The hearings were held the same week that the top executive of a New York City-based Bitcoin company and a Florida Bitcoin exchanger were arrested and charged with conspiring to commit money laundering by selling more than $1 million in Bitcoins to users of Silk Road, a black market website, the Associated Press reported.

Federal prosecutors in New York said Charlie Shrem, CEO of BitInstant and vice chairman of a foundation that promotes the Bitcoin currency system, personally bought drugs on Silk Road and was aware it was a website that let users buy illegal drugs anonymously, the AP reported.

States such as California, Virginia, and Texas have taken actions to prevent the unlicensed transmission of money,  while several others have granted licenses to Bitcoin companies, points out attorney Barrie VanBrackle, co-chair of the Consumer Financial Services practice at national law firm Manatt, Phelps & Phillips. 

“New York is the first state to be taking a systematic approach to provide clear expectations on devising a regulatory structure to work for both consumer protection and preventing the use and abuse of the financial system for money laundering,” she says via e-mail. [Editor's note: The original version of this paragraph used an incorrect pronoun in referring to Ms. VanBrackle.]

The hearings pursued basic questions, says Ben Mazzotta, a postdoctoral research fellow at the Institute for Business in the Global Context at Tufts University and co-author of a research study, the Cost of Cash in the United States.

They were an effort by regulators to learn the fundamentals of the Bitcoin ecosystem, he says: “Who uses Bitcoin today, for what, when, where and how? What are the legitimate ends of Bitcoin financial services? Does anybody need Bitcoins for something you can't already do in dollars or euros? Are the only people that need that kind of privacy, by definition, people with something to hide? And is there any way that Bitcoin's system of ownership and transactions can be made compatible with a stable and legal financial system?”

The New York Legislature’s hearings were focused in particular on defining virtual currency, he says, adding, “These hearings have to do with what constitutes a bank, and whether Bitcoin exchanges and Bitcoin financial services have to play by the same rules as banks today. Understandably there are different rules for banks from most other businesses in the economy.”

Meaningful action from these hearings will depend on the answers to important questions, says James Jalil, a partner at the New York law firm Thompson Hine who specializes in Bitcoin matters.

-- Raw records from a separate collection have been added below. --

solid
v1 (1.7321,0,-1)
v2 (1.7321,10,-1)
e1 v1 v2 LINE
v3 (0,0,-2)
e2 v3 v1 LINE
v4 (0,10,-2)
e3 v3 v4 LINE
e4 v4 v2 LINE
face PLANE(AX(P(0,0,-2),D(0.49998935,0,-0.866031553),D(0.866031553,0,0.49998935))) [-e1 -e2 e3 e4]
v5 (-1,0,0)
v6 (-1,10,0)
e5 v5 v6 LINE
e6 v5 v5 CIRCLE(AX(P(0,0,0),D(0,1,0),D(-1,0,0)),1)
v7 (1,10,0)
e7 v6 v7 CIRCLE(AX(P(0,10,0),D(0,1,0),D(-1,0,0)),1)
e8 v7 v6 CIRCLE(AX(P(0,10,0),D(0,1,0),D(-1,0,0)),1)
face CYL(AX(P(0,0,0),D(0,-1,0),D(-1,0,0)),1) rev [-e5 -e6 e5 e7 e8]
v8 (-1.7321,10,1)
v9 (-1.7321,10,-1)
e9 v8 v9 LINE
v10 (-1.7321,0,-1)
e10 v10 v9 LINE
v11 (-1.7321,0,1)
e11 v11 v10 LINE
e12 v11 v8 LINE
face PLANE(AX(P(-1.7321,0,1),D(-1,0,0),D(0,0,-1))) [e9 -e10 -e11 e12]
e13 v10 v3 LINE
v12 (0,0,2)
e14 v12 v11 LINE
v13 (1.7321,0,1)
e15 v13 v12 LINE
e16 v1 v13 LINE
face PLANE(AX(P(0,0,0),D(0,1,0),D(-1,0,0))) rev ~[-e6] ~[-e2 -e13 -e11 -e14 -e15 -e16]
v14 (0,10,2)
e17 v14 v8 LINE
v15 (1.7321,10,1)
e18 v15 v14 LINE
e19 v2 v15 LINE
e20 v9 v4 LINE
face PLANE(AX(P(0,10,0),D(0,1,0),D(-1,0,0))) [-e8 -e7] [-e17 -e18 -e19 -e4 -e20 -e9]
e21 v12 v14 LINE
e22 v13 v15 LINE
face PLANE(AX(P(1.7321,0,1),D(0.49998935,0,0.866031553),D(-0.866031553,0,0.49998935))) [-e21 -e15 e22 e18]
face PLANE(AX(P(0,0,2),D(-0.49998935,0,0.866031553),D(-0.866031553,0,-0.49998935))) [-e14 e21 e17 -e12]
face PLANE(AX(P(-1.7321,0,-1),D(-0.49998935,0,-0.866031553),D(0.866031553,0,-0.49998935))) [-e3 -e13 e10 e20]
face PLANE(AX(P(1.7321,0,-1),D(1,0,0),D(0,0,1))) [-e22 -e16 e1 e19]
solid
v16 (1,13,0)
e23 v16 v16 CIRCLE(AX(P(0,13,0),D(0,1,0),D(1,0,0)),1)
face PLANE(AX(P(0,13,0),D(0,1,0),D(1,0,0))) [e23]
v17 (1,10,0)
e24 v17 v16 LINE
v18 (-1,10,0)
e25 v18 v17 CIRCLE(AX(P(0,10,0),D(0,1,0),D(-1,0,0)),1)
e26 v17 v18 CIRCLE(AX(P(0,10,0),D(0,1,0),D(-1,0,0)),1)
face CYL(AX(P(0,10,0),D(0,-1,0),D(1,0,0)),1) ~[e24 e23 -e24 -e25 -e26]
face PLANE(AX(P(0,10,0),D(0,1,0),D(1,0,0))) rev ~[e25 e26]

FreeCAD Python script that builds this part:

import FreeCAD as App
import Part
import Sketcher

V = App.Vector


def add_polygon(sketch, points):
    """Adds a closed chain of lines whose ends are joined by coincident constraints."""
    first, n = sketch.GeometryCount, len(points)
    for a, b in zip(points, points[1:] + points[:1]):
        sketch.addGeometry(Part.LineSegment(App.Vector(*a, 0), App.Vector(*b, 0)), False)
    for i in range(n):
        sketch.addConstraint(Sketcher.Constraint("Coincident", first + i, 2, first + (i + 1) % n, 1))

doc = App.newDocument("Part")
body = doc.addObject("PartDesign::Body", "Body")
body.AllowCompound = True

# Sketch on XZ plane
sketch1 = body.newObject("Sketcher::SketchObject", "Sketch")
sketch1.AttachmentSupport = (doc.getObject("XZ_Plane"), [""])
sketch1.MapMode = "FlatFace"
add_polygon(sketch1, [(1.7, -1), (0, -2), (-1.7, -1), (-1.7, 1), (0, 2), (1.7, 1)])  # lines 0-5
sketch1.addGeometry(Part.Circle(V(0, 0, 0), V(0, 0, 1), 1), False)  # 6
sketch1.addConstraint([
    Sketcher.Constraint("Vertical", 2),
    Sketcher.Constraint("Vertical", 5),
    Sketcher.Constraint("Coincident", 6, 3, -1, 1),
    Sketcher.Constraint("Symmetric", 0, 2, 3, 2, -1, 1),
    Sketcher.Constraint("Symmetric", 1, 2, 4, 2, -1, 1),
    Sketcher.Constraint("PointOnObject", 0, 2, -2),
    Sketcher.Constraint("Parallel", 0, 3),
    Sketcher.Constraint("Horizontal", 2, 2, 4, 2),
    Sketcher.Constraint("Diameter", 6, 2.0),
    Sketcher.Constraint("DistanceY", 2, 1, 2, 2, 2.0),
    Sketcher.Constraint("Distance", 0, 2.0),
    Sketcher.Constraint("DistanceY", 0, 2, -1, 1, 2.0),
])
pad1 = body.newObject("PartDesign::Pad", "Pad")
pad1.Profile = sketch1
pad1.Length = 10
pad1.Reversed = True

# Sketch on XZ plane
sketch2 = body.newObject("Sketcher::SketchObject", "Sketch001")
sketch2.AttachmentSupport = (doc.getObject("XZ_Plane"), [""])
sketch2.MapMode = "FlatFace"
sketch2.AttachmentOffset = App.Placement(V(0, 0, -10), App.Rotation())
sketch2.addGeometry(Part.Circle(V(0, 0, 0), V(0, 0, 1), 1), False)
sketch2.addConstraint([
    Sketcher.Constraint("Coincident", 0, 3, -1, 1),
    Sketcher.Constraint("Diameter", 0, 2.0),
])
pad2 = body.newObject("PartDesign::Pad", "Pad001")
pad2.Profile = sketch2
pad2.Length = 3
pad2.Reversed = True

doc.recompute()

“Can regulations be crafted which satisfy both the protection of New York people and businesses from fraud and abuse while at the same time encouraging, or at least not stifling, innovation and creative business and financial practices?” he says via e-mail.

Achieving that balance in a technology that is rapidly evolving can be difficult, he says. Still, he notes, “laws and regulations that are decades old and were adopted long before the electronic, digital age cannot always be applied easily, effectively and efficiently to new ways of thinking about currency and financial transactions.”

It makes all the sense in the world to review existing laws and regulations with a new perspective and in light of cutting edge innovation and technology, says Mr. Jalil.  “If nothing else, these hearings will perform a useful function,” he says, “in asking both the regulators and the users of Bitcoin technology to understand the needs and perspectives of the other.”

Early Bitcoin investor Cameron Winklevoss, who testified at the hearings, expressed confidence that regulation of virtual currency is not incompatible with further growth of the crypto currency world.

“I’m just glad we’re doing this because I think that New York has the ability to set the tone, not only for the state, and the US, but being a financial center of the world, I think a lot of people are going to sort of have eyes on New York and watch what New York does,” Mr. Winklevoss said.

“So I think there is a huge opportunity to set the right tone,” he continued. “The Bitcoin idea is freedom, it’s very American. It challenges the duopolistic forces, and that’s very healthy. I think this is what we should all be striving for.”